┌──

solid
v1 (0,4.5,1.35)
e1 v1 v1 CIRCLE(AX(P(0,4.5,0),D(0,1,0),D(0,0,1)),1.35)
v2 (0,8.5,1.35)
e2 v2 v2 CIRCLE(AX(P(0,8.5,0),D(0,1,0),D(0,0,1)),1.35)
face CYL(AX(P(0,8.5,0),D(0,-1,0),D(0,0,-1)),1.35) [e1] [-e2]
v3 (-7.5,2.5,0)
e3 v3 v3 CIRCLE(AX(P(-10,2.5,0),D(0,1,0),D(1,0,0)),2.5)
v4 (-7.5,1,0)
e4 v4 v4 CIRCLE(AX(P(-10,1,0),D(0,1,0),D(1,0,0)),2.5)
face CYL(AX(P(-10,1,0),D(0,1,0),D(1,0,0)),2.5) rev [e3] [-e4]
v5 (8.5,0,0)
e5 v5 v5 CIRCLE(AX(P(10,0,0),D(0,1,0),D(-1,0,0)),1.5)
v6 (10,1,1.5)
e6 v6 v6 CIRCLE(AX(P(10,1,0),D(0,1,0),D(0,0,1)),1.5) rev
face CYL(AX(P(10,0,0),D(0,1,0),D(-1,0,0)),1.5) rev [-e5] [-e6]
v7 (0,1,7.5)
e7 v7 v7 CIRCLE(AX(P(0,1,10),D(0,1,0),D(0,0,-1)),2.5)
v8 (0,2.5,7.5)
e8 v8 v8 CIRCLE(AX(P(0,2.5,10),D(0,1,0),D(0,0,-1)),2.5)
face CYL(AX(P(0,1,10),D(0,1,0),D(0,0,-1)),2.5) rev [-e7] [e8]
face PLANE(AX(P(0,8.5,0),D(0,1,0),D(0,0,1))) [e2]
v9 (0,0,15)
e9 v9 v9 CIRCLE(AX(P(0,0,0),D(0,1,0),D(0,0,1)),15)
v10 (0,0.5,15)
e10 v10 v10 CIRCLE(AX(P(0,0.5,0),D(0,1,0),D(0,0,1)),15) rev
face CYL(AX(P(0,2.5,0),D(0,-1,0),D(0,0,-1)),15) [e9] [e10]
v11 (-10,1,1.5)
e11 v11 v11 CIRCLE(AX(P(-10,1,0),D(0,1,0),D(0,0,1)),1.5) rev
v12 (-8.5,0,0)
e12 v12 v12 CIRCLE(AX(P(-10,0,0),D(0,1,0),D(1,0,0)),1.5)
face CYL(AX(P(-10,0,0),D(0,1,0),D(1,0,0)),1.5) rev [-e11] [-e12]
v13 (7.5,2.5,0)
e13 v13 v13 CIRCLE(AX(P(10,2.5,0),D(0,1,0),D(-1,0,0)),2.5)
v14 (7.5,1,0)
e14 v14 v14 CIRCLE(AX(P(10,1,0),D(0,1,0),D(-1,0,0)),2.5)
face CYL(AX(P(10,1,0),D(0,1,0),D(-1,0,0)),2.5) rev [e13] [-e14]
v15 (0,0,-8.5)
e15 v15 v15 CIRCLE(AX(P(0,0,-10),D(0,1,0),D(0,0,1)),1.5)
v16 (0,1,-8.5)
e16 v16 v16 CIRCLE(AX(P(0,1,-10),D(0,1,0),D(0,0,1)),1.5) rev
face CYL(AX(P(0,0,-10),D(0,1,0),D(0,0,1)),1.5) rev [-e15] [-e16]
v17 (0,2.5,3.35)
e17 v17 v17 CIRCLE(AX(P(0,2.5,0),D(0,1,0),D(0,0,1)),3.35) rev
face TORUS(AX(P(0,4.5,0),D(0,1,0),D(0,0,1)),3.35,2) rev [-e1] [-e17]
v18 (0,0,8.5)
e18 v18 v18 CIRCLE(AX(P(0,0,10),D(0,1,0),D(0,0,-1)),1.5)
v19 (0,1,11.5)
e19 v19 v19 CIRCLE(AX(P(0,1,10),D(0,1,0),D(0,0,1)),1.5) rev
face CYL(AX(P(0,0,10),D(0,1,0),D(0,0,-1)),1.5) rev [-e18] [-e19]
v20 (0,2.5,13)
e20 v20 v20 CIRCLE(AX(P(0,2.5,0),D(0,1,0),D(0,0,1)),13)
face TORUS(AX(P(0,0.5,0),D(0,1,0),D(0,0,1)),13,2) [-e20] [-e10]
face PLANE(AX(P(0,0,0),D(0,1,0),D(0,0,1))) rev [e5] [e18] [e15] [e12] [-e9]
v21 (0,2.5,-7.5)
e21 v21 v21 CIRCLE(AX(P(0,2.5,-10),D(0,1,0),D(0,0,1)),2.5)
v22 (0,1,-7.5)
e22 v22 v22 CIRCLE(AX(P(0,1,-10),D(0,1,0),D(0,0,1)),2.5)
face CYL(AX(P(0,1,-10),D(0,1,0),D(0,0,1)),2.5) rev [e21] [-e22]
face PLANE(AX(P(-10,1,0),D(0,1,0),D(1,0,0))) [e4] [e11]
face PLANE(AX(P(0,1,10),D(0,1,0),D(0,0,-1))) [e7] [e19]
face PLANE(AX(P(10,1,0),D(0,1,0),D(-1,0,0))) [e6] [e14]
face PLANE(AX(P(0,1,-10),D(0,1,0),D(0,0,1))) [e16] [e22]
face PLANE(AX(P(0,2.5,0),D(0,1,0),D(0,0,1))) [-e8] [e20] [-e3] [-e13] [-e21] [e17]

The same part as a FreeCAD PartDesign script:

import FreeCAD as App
import Part
import Sketcher

V = App.Vector


def edges_at(feature, points):
    """Names of the edges that pass closest to the given points."""
    edges = feature.Shape.Edges
    near = lambda p: min(range(len(edges)), key=lambda i: edges[i].distToShape(Part.Vertex(*p))[0])
    return sorted({f"Edge{near(p) + 1}" for p in points})

doc = App.newDocument("Part")
body = doc.addObject("PartDesign::Body", "Body")

sketch1 = body.newObject("Sketcher::SketchObject", "Sketch")
sketch1.AttachmentSupport = (doc.getObject("XZ_Plane"), [""])
sketch1.MapMode = "FlatFace"
sketch1.addGeometry(Part.Circle(V(0, 0, 0), V(0, 0, 1), 15), False)
sketch1.addConstraint([
    Sketcher.Constraint("Coincident", 0, 3, -1, 1),
    Sketcher.Constraint("Diameter", 0, 30.0),
])
pad1 = body.newObject("PartDesign::Pad", "Pad")
pad1.Profile = sketch1
pad1.Length = 2.5
pad1.Reversed = True

sketch2 = body.newObject("Sketcher::SketchObject", "Sketch001")
sketch2.AttachmentSupport = (doc.getObject("XZ_Plane"), [""])
sketch2.MapMode = "FlatFace"
sketch2.AttachmentOffset = App.Placement(V(0, 0, -2.5), App.Rotation())
sketch2.addGeometry(Part.Circle(V(0, -10, 0), V(0, 0, 1), 1.5), False)
sketch2.addConstraint([
    Sketcher.Constraint("PointOnObject", 0, 3, -2),
    Sketcher.Constraint("Diameter", 0, 3.0),
    Sketcher.Constraint("DistanceY", 0, 3, -1, 1, 10.0),
])
pocket1 = body.newObject("PartDesign::Pocket", "Pocket")
pocket1.Profile = sketch2
pocket1.Type = "ThroughAll"
pocket1.Reversed = True

sketch3 = body.newObject("Sketcher::SketchObject", "Sketch002")
sketch3.AttachmentSupport = (doc.getObject("XZ_Plane"), [""])
sketch3.MapMode = "FlatFace"
sketch3.AttachmentOffset = App.Placement(V(0, 0, -2.5), App.Rotation())
sketch3.addGeometry(Part.Circle(V(0, -10, 0), V(0, 0, 1), 2.5), False)
sketch3.addConstraint([
    Sketcher.Constraint("PointOnObject", 0, 3, -2),
    Sketcher.Constraint("Diameter", 0, 5.0),
    Sketcher.Constraint("DistanceY", 0, 3, -1, 1, 10.0),
])
pocket2 = body.newObject("PartDesign::Pocket", "Pocket001")
pocket2.Profile = sketch3
pocket2.Length = 1.5
pocket2.Reversed = True
doc.recompute()

polarpattern = body.newObject("PartDesign::PolarPattern", "PolarPattern")
polarpattern.Originals = [pocket1, pocket2]
polarpattern.Axis = (doc.getObject("Y_Axis"), [""])
polarpattern.Angle = 360
polarpattern.Occurrences = 4
body.Tip = polarpattern

sketch4 = body.newObject("Sketcher::SketchObject", "Sketch003")
sketch4.AttachmentSupport = (doc.getObject("XZ_Plane"), [""])
sketch4.MapMode = "FlatFace"
sketch4.AttachmentOffset = App.Placement(V(0, 0, -2.5), App.Rotation())
sketch4.addGeometry(Part.Circle(V(0, 0, 0), V(0, 0, 1), 1.4), False)
sketch4.addConstraint([
    Sketcher.Constraint("Coincident", 0, 3, -1, 1),
    Sketcher.Constraint("Diameter", 0, 2.7),
])
pad2 = body.newObject("PartDesign::Pad", "Pad001")
pad2.Profile = sketch4
pad2.Length = 6
pad2.Reversed = True
doc.recompute()

fillet = body.newObject("PartDesign::Fillet", "Fillet")
fillet.Base = (pad2, edges_at(pad2, [(-1.35, 2.5, 0)]))
fillet.Radius = 2
doc.recompute()

fillet2 = body.newObject("PartDesign::Fillet", "Fillet001")
fillet2.Base = (fillet, edges_at(fillet, [(-15, 2.5, 0)]))
fillet2.Radius = 2

doc.recompute()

└──

» **Brief**:
Please provide nothing but the number of lines in the records that hold the string "TORUS".

» **Task output**:
2